:: Aim of the task ::
Look below for the line containing "#67=VERTEX_POINT('',#66);"; from there, print each line exactly up to and including the line containing "#76=VERTEX_POINT('',#75);", and stop.

:: Record excerpts ::

▶

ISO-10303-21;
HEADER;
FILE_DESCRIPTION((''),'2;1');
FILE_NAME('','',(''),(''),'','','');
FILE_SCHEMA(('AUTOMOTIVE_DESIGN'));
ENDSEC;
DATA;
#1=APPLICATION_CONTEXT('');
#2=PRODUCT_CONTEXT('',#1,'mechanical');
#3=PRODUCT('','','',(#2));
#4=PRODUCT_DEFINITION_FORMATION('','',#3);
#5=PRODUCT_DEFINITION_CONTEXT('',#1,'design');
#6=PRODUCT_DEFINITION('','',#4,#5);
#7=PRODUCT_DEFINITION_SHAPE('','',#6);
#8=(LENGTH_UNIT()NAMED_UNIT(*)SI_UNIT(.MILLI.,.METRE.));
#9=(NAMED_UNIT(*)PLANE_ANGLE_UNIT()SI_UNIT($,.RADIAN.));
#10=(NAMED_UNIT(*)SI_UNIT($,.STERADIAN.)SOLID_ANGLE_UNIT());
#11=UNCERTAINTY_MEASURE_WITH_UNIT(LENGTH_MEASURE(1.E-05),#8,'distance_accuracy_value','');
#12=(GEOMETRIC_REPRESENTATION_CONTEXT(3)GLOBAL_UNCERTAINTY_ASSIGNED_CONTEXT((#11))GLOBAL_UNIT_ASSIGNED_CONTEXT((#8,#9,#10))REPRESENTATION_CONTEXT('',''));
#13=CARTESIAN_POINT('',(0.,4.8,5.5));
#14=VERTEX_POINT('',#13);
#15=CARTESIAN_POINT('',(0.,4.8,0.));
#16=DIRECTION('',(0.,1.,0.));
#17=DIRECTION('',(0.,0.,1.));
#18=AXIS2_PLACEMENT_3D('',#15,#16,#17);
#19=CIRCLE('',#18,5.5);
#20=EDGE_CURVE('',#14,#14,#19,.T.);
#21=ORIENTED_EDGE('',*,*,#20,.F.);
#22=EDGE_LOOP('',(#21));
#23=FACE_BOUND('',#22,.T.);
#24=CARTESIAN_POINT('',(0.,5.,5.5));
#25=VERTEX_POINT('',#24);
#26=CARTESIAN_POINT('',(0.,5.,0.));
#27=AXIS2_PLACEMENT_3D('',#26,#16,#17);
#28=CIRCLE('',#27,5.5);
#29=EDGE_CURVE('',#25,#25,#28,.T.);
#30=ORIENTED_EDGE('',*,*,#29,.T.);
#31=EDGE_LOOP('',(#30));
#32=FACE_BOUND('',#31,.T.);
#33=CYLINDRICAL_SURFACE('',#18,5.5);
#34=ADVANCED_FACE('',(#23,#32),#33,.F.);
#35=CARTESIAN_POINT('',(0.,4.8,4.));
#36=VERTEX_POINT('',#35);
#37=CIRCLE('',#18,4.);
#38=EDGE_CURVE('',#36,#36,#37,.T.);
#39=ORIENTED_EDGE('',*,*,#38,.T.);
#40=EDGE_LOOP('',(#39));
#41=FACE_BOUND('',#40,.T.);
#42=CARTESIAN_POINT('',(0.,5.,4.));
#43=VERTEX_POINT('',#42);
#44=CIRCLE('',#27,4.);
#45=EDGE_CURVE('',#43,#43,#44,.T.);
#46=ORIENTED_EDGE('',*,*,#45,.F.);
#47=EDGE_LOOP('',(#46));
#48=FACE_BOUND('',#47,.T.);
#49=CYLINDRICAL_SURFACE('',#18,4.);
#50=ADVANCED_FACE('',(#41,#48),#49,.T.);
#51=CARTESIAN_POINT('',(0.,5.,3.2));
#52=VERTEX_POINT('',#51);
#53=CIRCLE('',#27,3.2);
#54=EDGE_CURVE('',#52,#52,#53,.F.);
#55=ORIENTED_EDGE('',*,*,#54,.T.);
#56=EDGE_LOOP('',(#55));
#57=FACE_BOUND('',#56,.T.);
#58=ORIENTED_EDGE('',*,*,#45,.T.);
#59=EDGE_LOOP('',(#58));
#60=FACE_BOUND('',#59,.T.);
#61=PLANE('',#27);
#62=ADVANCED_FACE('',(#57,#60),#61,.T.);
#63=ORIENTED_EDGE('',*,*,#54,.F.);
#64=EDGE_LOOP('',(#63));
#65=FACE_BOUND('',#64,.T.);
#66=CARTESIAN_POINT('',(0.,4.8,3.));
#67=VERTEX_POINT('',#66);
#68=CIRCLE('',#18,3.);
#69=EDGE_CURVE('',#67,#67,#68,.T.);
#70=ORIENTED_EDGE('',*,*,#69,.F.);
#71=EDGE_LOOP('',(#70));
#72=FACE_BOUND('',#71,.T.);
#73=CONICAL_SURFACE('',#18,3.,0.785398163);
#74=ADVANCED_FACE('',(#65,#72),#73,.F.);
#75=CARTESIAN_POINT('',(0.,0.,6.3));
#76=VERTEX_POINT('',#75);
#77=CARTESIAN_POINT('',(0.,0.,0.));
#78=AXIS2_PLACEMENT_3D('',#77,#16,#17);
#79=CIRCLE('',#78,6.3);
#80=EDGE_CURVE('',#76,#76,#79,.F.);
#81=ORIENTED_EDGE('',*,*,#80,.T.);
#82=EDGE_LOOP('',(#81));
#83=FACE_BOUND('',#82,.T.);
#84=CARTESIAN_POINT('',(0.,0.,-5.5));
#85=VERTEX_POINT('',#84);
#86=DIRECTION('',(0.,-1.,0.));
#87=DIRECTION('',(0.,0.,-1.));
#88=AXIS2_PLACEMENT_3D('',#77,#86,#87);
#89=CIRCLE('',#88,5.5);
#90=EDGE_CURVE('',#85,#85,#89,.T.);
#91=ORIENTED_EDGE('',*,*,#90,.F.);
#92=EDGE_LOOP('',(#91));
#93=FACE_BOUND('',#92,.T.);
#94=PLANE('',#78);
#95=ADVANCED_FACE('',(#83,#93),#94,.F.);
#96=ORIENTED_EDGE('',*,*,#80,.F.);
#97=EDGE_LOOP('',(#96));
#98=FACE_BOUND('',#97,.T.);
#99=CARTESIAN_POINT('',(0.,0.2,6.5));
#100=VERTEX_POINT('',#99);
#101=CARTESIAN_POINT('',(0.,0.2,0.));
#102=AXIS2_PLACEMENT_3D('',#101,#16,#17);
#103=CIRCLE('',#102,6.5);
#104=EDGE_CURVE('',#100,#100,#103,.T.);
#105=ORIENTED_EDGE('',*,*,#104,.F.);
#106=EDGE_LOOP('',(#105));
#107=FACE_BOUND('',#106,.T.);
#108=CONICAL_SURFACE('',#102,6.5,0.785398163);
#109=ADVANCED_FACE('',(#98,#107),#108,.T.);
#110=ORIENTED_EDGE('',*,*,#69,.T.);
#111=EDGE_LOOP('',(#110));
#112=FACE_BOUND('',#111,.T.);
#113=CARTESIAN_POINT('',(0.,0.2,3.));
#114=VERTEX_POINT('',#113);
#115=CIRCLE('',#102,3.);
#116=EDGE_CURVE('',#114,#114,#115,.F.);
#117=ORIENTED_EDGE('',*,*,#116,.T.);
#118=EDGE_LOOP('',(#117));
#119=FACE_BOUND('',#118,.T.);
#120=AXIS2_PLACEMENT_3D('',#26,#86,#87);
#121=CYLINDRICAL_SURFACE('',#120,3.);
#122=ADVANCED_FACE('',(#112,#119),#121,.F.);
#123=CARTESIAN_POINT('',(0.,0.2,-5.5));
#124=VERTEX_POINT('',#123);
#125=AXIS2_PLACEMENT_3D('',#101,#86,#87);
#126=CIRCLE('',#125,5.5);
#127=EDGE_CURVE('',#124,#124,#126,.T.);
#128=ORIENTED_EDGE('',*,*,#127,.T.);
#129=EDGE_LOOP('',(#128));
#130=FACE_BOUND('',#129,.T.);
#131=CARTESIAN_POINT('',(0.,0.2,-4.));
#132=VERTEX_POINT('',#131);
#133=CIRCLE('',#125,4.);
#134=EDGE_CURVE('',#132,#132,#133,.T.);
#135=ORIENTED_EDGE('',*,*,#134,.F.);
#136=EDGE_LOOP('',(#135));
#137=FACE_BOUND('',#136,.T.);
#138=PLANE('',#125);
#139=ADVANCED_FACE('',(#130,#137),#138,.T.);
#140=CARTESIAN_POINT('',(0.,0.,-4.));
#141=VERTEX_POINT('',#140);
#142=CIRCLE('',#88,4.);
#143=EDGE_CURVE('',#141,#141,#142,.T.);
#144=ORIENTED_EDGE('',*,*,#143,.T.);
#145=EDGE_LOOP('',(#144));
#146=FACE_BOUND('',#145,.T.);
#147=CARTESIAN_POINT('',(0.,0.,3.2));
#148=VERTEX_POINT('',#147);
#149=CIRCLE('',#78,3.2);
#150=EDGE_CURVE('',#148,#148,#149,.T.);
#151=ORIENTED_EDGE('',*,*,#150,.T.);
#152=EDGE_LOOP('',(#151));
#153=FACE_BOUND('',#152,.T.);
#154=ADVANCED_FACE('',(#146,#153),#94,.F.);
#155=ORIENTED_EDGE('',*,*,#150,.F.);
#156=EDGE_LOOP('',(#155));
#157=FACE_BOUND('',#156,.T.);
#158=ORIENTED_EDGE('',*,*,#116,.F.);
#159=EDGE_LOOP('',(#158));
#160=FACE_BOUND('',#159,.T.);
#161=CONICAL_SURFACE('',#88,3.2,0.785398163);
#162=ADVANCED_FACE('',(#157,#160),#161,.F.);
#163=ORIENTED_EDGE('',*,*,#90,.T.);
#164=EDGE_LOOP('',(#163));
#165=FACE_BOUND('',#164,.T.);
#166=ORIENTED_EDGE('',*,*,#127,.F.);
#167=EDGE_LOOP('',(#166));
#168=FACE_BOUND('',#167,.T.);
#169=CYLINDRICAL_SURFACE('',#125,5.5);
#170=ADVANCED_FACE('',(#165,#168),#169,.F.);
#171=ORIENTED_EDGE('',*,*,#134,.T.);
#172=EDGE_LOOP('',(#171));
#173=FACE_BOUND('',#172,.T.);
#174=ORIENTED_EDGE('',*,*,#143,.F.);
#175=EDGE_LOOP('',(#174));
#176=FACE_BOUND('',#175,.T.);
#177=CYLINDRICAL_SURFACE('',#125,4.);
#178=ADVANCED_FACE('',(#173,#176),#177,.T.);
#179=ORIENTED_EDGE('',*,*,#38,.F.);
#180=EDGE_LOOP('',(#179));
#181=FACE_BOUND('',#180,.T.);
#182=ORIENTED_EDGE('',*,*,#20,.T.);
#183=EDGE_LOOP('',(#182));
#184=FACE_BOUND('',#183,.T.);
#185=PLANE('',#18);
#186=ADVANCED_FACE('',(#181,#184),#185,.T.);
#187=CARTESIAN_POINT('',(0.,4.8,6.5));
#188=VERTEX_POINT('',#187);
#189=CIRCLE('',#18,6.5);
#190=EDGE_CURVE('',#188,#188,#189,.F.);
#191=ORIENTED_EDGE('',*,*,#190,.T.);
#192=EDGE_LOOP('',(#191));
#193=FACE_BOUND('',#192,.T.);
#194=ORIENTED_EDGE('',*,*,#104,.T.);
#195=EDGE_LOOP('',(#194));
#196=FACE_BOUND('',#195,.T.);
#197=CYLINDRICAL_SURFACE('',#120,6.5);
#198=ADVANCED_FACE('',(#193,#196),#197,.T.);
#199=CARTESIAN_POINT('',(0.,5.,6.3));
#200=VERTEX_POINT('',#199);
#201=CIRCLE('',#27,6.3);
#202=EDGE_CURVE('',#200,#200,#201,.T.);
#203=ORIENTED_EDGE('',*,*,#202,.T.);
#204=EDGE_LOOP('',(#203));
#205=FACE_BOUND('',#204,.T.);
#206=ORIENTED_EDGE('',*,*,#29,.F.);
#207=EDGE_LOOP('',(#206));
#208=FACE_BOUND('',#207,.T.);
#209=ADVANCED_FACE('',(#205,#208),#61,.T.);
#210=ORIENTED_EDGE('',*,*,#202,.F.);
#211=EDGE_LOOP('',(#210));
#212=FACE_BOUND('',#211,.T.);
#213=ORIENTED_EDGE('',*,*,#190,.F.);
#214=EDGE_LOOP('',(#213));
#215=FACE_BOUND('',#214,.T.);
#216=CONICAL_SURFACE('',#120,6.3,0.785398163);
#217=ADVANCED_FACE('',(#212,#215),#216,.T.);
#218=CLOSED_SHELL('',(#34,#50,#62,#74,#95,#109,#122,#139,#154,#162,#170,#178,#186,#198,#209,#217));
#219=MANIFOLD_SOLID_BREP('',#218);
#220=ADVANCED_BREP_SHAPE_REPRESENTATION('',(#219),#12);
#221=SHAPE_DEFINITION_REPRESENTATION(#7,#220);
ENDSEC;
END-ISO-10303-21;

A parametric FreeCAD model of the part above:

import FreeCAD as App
import Part
import Sketcher

V = App.Vector


def edges_at(feature, points):
    """Names of the edges that pass closest to the given points."""
    edges = feature.Shape.Edges
    near = lambda p: min(range(len(edges)), key=lambda i: edges[i].distToShape(Part.Vertex(*p))[0])
    return sorted({f"Edge{near(p) + 1}" for p in points})

doc = App.newDocument("Part")
params = doc.addObject("Spreadsheet::Sheet", "Params")
for row, (alias, value) in enumerate([
    ("sketch1_diameter", "13 mm"),
    ("sketch1_diameter2", "6 mm"),
    ("pad1_length", "5 mm"),
    ("sketch2_diameter", "11 mm"),
    ("sketch2_diameter2", "8 mm"),
    ("pocket1_length", "0.2 mm"),
    ("sketch3_diameter", "11 mm"),
    ("sketch3_diameter2", "8 mm"),
    ("pocket2_length", "0.2 mm"),
    ("chamfer_size", "0.2 mm"),
], start=1):
    params.set(f"A{row}", alias)
    params.set(f"B{row}", "=" + value)
    params.setAlias(f"B{row}", alias)

body = doc.addObject("PartDesign::Body", "Body")

sketch1 = body.newObject("Sketcher::SketchObject", "Sketch")
sketch1.AttachmentSupport = (doc.getObject("XZ_Plane"), [""])
sketch1.MapMode = "FlatFace"
sketch1.addGeometry(Part.Circle(V(0, 0, 0), V(0, 0, 1), 6.5), False)
sketch1.addGeometry(Part.Circle(V(0, 0, 0), V(0, 0, 1), 3), False)
sketch1.addConstraint(Sketcher.Constraint("Coincident", 0, 3, -1, 1))
sketch1.addConstraint(Sketcher.Constraint("Coincident", 1, 3, -1, 1))
sketch1.addConstraint(Sketcher.Constraint("Diameter", 0, 13.0))
sketch1.addConstraint(Sketcher.Constraint("Diameter", 1, 6.0))
sketch1.setExpression("Constraints[2]", "Params.sketch1_diameter")
sketch1.setExpression("Constraints[3]", "Params.sketch1_diameter2")
pad1 = body.newObject("PartDesign::Pad", "Pad")
pad1.Profile = sketch1
pad1.setExpression("Length", "Params.pad1_length")
pad1.Reversed = True

sketch2 = body.newObject("Sketcher::SketchObject", "Sketch001")
sketch2.AttachmentSupport = (doc.getObject("XZ_Plane"), [""])
sketch2.MapMode = "FlatFace"
sketch2.AttachmentOffset = App.Placement(V(0, 0, -5), App.Rotation())
sketch2.addGeometry(Part.Circle(V(0, 0, 0), V(0, 0, 1), 5.5), False)
sketch2.addGeometry(Part.Circle(V(0, 0, 0), V(0, 0, 1), 4), False)
sketch2.addConstraint(Sketcher.Constraint("Coincident", 0, 3, -1, 1))
sketch2.addConstraint(Sketcher.Constraint("Coincident", 1, 3, -1, 1))
sketch2.addConstraint(Sketcher.Constraint("Diameter", 0, 11.0))
sketch2.addConstraint(Sketcher.Constraint("Diameter", 1, 8.0))
sketch2.setExpression("Constraints[2]", "Params.sketch2_diameter")
sketch2.setExpression("Constraints[3]", "Params.sketch2_diameter2")
pocket1 = body.newObject("PartDesign::Pocket", "Pocket")
pocket1.Profile = sketch2
pocket1.setExpression("Length", "Params.pocket1_length")
pocket1.Reversed = True

sketch3 = body.newObject("Sketcher::SketchObject", "Sketch002")
sketch3.AttachmentSupport = (doc.getObject("XZ_Plane"), [""])
sketch3.MapMode = "FlatFace"
sketch3.AttachmentOffset = App.Placement(V(0, 0, -0.2), App.Rotation())
sketch3.addGeometry(Part.Circle(V(0, 0, 0), V(0, 0, 1), 5.5), False)
sketch3.addGeometry(Part.Circle(V(0, 0, 0), V(0, 0, 1), 4), False)
sketch3.addConstraint(Sketcher.Constraint("Coincident", 0, 3, -1, 1))
sketch3.addConstraint(Sketcher.Constraint("Coincident", 1, 3, -1, 1))
sketch3.addConstraint(Sketcher.Constraint("Diameter", 0, 11.0))
sketch3.addConstraint(Sketcher.Constraint("Diameter", 1, 8.0))
sketch3.setExpression("Constraints[2]", "Params.sketch3_diameter")
sketch3.setExpression("Constraints[3]", "Params.sketch3_diameter2")
pocket2 = body.newObject("PartDesign::Pocket", "Pocket001")
pocket2.Profile = sketch3
pocket2.setExpression("Length", "Params.pocket2_length")
pocket2.Reversed = True
doc.recompute()

chamfer = body.newObject("PartDesign::Chamfer", "Chamfer")
chamfer.Base = (pocket2, edges_at(pocket2, [
    (0, 0, -6.5),
    (0, 5, -6.5),
    (0, 0, -3),
    (0, 5, -3),
]))
chamfer.setExpression("Size", "Params.chamfer_size")

doc.recompute()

◀

:: Response ::
#67=VERTEX_POINT('',#66);
#68=CIRCLE('',#18,3.);
#69=EDGE_CURVE('',#67,#67,#68,.T.);
#70=ORIENTED_EDGE('',*,*,#69,.F.);
#71=EDGE_LOOP('',(#70));
#72=FACE_BOUND('',#71,.T.);
#73=CONICAL_SURFACE('',#18,3.,0.785398163);
#74=ADVANCED_FACE('',(#65,#72),#73,.F.);
#75=CARTESIAN_POINT('',(0.,0.,6.3));
#76=VERTEX_POINT('',#75);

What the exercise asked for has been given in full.